►

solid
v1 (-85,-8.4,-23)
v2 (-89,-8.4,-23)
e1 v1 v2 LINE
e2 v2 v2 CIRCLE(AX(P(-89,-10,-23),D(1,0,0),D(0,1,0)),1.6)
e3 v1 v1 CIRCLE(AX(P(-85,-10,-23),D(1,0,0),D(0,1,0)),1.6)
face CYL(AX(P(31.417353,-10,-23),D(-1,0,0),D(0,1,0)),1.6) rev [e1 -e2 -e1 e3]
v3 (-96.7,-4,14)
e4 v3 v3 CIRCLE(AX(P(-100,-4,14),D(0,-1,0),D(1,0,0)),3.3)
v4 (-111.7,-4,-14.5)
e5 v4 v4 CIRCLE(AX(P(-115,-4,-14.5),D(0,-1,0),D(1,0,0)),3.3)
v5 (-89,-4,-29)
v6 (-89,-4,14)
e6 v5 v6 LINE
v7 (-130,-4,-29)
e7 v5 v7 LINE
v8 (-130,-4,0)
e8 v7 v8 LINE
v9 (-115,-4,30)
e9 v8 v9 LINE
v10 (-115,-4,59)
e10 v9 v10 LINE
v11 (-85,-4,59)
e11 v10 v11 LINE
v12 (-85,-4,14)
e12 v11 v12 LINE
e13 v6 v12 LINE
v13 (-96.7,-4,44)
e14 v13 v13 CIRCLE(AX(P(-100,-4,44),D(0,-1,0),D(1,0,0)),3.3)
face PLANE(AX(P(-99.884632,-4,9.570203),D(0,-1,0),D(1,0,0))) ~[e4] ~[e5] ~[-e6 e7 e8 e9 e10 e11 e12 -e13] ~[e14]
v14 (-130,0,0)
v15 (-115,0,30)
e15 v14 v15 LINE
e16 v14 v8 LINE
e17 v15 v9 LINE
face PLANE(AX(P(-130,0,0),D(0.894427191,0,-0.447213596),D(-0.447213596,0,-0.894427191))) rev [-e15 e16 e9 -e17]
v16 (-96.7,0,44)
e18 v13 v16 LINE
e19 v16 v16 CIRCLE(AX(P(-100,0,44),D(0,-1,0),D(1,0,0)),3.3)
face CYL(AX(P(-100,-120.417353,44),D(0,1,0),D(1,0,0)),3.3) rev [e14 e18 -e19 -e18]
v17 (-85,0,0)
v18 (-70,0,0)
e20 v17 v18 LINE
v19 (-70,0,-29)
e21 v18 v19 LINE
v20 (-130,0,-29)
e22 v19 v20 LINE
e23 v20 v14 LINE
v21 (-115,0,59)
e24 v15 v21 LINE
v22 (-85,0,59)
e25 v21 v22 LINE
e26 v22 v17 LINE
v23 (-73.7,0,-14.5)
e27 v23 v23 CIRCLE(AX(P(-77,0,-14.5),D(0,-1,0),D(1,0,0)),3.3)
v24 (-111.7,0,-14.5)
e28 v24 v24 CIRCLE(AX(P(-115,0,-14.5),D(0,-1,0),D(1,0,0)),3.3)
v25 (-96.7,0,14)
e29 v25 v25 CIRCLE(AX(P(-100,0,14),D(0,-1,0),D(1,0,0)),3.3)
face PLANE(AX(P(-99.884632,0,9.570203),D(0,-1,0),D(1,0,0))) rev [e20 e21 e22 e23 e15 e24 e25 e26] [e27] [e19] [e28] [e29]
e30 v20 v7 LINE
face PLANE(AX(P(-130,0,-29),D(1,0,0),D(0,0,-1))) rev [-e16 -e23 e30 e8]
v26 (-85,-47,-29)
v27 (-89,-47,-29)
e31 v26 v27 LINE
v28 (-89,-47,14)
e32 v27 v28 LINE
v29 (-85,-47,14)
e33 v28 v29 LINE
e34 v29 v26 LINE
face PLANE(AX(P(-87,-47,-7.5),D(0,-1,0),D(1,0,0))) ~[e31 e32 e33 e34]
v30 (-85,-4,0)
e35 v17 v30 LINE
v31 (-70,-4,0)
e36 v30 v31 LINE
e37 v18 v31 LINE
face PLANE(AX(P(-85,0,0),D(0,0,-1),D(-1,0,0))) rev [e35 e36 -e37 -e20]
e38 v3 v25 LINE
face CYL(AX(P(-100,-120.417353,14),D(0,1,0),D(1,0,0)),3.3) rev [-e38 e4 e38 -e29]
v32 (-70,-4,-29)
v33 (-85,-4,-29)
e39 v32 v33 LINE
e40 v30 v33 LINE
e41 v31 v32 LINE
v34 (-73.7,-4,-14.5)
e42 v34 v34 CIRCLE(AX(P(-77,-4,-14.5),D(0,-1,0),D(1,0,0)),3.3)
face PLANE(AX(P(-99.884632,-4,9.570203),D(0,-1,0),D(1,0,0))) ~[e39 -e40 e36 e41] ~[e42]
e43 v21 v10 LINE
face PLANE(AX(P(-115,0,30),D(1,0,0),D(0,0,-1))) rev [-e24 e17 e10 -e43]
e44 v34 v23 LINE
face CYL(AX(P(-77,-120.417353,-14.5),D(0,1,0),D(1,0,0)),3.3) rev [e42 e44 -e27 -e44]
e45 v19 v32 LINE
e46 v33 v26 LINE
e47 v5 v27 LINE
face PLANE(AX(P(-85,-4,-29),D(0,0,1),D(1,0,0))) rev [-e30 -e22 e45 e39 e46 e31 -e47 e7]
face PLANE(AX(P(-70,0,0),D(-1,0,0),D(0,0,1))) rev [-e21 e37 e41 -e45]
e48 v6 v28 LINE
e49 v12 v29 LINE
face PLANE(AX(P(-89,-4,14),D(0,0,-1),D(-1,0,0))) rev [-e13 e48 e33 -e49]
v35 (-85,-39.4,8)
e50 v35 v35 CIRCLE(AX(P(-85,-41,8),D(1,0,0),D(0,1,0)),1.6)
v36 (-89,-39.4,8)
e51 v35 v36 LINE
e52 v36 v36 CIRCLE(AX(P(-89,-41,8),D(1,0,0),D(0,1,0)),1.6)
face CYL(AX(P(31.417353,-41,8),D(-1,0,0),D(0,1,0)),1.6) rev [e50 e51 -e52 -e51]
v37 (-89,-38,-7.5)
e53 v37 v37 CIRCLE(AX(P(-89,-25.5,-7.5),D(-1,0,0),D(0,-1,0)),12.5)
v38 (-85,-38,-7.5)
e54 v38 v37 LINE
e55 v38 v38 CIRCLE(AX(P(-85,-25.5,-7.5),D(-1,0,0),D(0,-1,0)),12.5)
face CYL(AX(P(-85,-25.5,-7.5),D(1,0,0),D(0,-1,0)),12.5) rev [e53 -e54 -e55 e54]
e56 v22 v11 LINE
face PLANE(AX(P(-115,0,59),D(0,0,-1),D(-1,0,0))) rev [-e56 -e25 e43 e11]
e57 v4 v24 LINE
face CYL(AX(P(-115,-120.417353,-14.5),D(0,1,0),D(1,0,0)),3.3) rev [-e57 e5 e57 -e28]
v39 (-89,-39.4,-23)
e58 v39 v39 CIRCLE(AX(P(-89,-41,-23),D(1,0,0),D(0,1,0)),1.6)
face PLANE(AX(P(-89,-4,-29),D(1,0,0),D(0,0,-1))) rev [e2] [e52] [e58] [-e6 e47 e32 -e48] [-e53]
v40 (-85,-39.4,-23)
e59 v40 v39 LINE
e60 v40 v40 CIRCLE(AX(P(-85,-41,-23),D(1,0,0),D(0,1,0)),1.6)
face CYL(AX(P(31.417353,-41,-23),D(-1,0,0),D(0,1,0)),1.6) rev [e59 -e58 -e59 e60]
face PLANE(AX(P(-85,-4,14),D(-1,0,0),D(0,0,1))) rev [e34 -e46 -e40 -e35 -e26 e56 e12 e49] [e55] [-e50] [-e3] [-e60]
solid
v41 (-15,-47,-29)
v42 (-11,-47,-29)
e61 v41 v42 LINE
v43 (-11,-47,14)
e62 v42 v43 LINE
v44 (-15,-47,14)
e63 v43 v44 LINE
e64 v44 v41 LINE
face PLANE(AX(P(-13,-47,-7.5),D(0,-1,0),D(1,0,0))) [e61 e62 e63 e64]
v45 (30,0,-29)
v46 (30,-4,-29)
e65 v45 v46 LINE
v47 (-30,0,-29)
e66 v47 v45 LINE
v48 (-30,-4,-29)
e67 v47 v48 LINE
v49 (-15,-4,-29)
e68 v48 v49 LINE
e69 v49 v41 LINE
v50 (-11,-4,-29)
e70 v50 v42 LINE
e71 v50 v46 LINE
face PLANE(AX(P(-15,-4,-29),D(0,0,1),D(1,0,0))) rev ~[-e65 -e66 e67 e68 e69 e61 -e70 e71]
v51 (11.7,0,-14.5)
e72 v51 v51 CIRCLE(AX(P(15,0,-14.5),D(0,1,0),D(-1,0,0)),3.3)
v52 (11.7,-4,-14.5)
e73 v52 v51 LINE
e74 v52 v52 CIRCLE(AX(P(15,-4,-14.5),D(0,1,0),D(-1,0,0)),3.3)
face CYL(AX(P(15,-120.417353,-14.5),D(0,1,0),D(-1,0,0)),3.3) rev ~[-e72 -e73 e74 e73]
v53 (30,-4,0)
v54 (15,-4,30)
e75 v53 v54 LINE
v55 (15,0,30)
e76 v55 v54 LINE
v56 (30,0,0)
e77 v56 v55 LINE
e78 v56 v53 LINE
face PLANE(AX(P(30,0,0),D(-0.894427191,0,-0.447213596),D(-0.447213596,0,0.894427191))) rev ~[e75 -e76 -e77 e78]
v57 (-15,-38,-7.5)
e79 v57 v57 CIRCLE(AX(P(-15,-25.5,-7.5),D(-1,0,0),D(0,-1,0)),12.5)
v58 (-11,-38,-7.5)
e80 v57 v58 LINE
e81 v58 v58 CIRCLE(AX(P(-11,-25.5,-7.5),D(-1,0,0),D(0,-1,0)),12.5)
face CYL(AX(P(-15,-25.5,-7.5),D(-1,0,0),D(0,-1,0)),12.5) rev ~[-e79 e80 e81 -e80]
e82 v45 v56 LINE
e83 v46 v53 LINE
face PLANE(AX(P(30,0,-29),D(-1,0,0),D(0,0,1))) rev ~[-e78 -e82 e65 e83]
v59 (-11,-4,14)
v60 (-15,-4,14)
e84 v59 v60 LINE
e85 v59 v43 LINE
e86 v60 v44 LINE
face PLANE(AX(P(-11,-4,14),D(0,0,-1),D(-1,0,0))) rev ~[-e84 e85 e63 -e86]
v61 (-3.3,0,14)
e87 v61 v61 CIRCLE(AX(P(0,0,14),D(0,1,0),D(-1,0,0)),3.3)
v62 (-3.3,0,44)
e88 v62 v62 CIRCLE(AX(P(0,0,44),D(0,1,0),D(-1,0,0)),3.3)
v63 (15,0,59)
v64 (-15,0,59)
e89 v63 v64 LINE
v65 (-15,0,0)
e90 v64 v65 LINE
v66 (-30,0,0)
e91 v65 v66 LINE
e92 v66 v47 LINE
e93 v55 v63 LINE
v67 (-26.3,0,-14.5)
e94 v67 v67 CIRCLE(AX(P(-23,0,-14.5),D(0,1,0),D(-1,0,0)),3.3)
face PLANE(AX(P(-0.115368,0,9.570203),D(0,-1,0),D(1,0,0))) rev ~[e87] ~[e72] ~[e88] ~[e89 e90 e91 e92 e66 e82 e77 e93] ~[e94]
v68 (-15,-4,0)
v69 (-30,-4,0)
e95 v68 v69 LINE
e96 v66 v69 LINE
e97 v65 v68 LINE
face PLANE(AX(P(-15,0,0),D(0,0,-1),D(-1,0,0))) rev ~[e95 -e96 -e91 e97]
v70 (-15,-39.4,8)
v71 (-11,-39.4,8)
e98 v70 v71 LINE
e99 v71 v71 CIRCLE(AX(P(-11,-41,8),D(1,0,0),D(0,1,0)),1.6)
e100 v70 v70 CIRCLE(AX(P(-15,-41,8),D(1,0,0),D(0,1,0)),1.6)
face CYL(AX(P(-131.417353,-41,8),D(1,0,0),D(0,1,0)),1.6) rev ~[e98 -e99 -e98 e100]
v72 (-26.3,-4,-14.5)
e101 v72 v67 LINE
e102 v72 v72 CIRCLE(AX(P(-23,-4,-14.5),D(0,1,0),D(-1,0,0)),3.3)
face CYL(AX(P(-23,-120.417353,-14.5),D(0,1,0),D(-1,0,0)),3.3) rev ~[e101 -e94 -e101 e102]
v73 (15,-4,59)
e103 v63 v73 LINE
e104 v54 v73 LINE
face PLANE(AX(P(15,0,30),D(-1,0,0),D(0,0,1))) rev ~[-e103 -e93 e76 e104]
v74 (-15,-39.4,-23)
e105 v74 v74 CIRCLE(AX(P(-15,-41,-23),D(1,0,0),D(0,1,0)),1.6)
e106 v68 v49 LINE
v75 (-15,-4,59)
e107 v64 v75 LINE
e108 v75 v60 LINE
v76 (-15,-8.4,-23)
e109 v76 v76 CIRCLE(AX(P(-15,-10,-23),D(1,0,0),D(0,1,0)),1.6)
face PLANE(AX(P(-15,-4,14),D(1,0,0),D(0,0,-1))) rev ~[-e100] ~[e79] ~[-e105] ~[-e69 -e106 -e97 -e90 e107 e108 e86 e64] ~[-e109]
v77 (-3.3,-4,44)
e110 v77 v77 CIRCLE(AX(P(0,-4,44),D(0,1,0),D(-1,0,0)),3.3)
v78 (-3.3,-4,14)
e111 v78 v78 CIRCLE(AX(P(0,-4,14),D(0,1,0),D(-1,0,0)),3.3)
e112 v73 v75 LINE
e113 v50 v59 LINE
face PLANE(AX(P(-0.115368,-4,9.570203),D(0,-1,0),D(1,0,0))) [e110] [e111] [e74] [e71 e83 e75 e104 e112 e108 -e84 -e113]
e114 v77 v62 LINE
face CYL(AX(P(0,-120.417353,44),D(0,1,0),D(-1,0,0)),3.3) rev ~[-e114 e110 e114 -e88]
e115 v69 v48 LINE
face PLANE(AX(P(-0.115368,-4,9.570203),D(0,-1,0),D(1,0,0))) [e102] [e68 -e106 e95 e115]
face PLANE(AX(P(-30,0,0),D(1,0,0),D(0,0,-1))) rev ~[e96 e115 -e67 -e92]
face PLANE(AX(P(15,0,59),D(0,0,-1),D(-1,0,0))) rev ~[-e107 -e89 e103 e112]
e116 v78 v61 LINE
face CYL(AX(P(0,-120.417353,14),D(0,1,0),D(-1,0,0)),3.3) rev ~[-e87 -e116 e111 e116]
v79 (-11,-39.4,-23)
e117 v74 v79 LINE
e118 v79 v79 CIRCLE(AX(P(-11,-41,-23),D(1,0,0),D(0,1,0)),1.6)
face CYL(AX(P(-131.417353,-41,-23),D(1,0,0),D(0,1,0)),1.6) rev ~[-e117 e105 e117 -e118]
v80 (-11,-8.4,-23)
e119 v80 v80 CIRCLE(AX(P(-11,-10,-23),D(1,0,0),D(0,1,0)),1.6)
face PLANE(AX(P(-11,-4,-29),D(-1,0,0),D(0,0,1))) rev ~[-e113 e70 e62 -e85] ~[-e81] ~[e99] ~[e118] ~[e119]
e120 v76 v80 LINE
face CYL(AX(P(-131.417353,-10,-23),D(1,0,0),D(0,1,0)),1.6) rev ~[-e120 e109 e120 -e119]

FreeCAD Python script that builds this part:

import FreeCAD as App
import Part
import Sketcher

V = App.Vector
Q = App.Units.Quantity


def add_polygon(sketch, points):
    """Adds a closed chain of lines whose ends are joined by coincident constraints."""
    first, n = sketch.GeometryCount, len(points)
    for a, b in zip(points, points[1:] + points[:1]):
        sketch.addGeometry(Part.LineSegment(App.Vector(*a, 0), App.Vector(*b, 0)), False)
    for i in range(n):
        sketch.addConstraint(Sketcher.Constraint("Coincident", first + i, 2, first + (i + 1) % n, 1))

doc = App.newDocument("Part")
body = doc.addObject("PartDesign::Body", "Body")

sketch1 = body.newObject("Sketcher::SketchObject", "Sketch")
sketch1.AttachmentSupport = (doc.getObject("XZ_Plane"), [""])
sketch1.MapMode = "FlatFace"
add_polygon(sketch1, [(-15, 0), (-30, 0), (-30, -29), (30, -29), (30, 0), (15, 30), (15, 59), (-15, 59)])
sketch1.addConstraint(Sketcher.Constraint("Horizontal", 0))
sketch1.addConstraint(Sketcher.Constraint("Vertical", 1))
sketch1.addConstraint(Sketcher.Constraint("Horizontal", 2))
sketch1.addConstraint(Sketcher.Constraint("Vertical", 3))
sketch1.addConstraint(Sketcher.Constraint("Vertical", 5))
sketch1.addConstraint(Sketcher.Constraint("Horizontal", 6))
sketch1.addConstraint(Sketcher.Constraint("Vertical", 7))
sketch1.addConstraint(Sketcher.Constraint("Symmetric", 0, 2, 3, 2, -1, 1))
sketch1.addConstraint(Sketcher.Constraint("PointOnObject", 0, 2, -1))
sketch1.addConstraint(Sketcher.Constraint("Equal", 3, 5))
sketch1.addConstraint(Sketcher.Constraint("DistanceX", 0, 2, 0, 1, Q("15 mm")))
sketch1.addConstraint(Sketcher.Constraint("DistanceX", 2, 1, 2, 2, Q("60 mm")))
sketch1.addConstraint(Sketcher.Constraint("DistanceX", 6, 2, 6, 1, Q("30 mm")))
sketch1.addConstraint(Sketcher.Constraint("DistanceY", 1, 2, 1, 1, Q("29 mm")))
sketch1.addConstraint(Sketcher.Constraint("DistanceY", 7, 2, 7, 1, Q("59 mm")))
pad1 = body.newObject("PartDesign::Pad", "Pad")
pad1.Profile = sketch1
pad1.Length = 4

◄

**Work item:** Which lines above run from the one containing "face CYL(AX(P(15,-120.417353,-14.5),D(0,1,0),D(-1,0,0)),3.3) rev" down to the one containing "v69 (-30,-4,0)"? Repeat exactly those, both ends included, and nothing else.

**Task response:**
face CYL(AX(P(15,-120.417353,-14.5),D(0,1,0),D(-1,0,0)),3.3) rev ~[-e72 -e73 e74 e73]
v53 (30,-4,0)
v54 (15,-4,30)
e75 v53 v54 LINE
v55 (15,0,30)
e76 v55 v54 LINE
v56 (30,0,0)
e77 v56 v55 LINE
e78 v56 v53 LINE
face PLANE(AX(P(30,0,0),D(-0.894427191,0,-0.447213596),D(-0.447213596,0,0.894427191))) rev ~[e75 -e76 -e77 e78]
v57 (-15,-38,-7.5)
e79 v57 v57 CIRCLE(AX(P(-15,-25.5,-7.5),D(-1,0,0),D(0,-1,0)),12.5)
v58 (-11,-38,-7.5)
e80 v57 v58 LINE
e81 v58 v58 CIRCLE(AX(P(-11,-25.5,-7.5),D(-1,0,0),D(0,-1,0)),12.5)
face CYL(AX(P(-15,-25.5,-7.5),D(-1,0,0),D(0,-1,0)),12.5) rev ~[-e79 e80 e81 -e80]
e82 v45 v56 LINE
e83 v46 v53 LINE
face PLANE(AX(P(30,0,-29),D(-1,0,0),D(0,0,1))) rev ~[-e78 -e82 e65 e83]
v59 (-11,-4,14)
v60 (-15,-4,14)
e84 v59 v60 LINE
e85 v59 v43 LINE
e86 v60 v44 LINE
face PLANE(AX(P(-11,-4,14),D(0,0,-1),D(-1,0,0))) rev ~[-e84 e85 e63 -e86]
v61 (-3.3,0,14)
e87 v61 v61 CIRCLE(AX(P(0,0,14),D(0,1,0),D(-1,0,0)),3.3)
v62 (-3.3,0,44)
e88 v62 v62 CIRCLE(AX(P(0,0,44),D(0,1,0),D(-1,0,0)),3.3)
v63 (15,0,59)
v64 (-15,0,59)
e89 v63 v64 LINE
v65 (-15,0,0)
e90 v64 v65 LINE
v66 (-30,0,0)
e91 v65 v66 LINE
e92 v66 v47 LINE
e93 v55 v63 LINE
v67 (-26.3,0,-14.5)
e94 v67 v67 CIRCLE(AX(P(-23,0,-14.5),D(0,1,0),D(-1,0,0)),3.3)
face PLANE(AX(P(-0.115368,0,9.570203),D(0,-1,0),D(1,0,0))) rev ~[e87] ~[e72] ~[e88] ~[e89 e90 e91 e92 e66 e82 e77 e93] ~[e94]
v68 (-15,-4,0)
v69 (-30,-4,0)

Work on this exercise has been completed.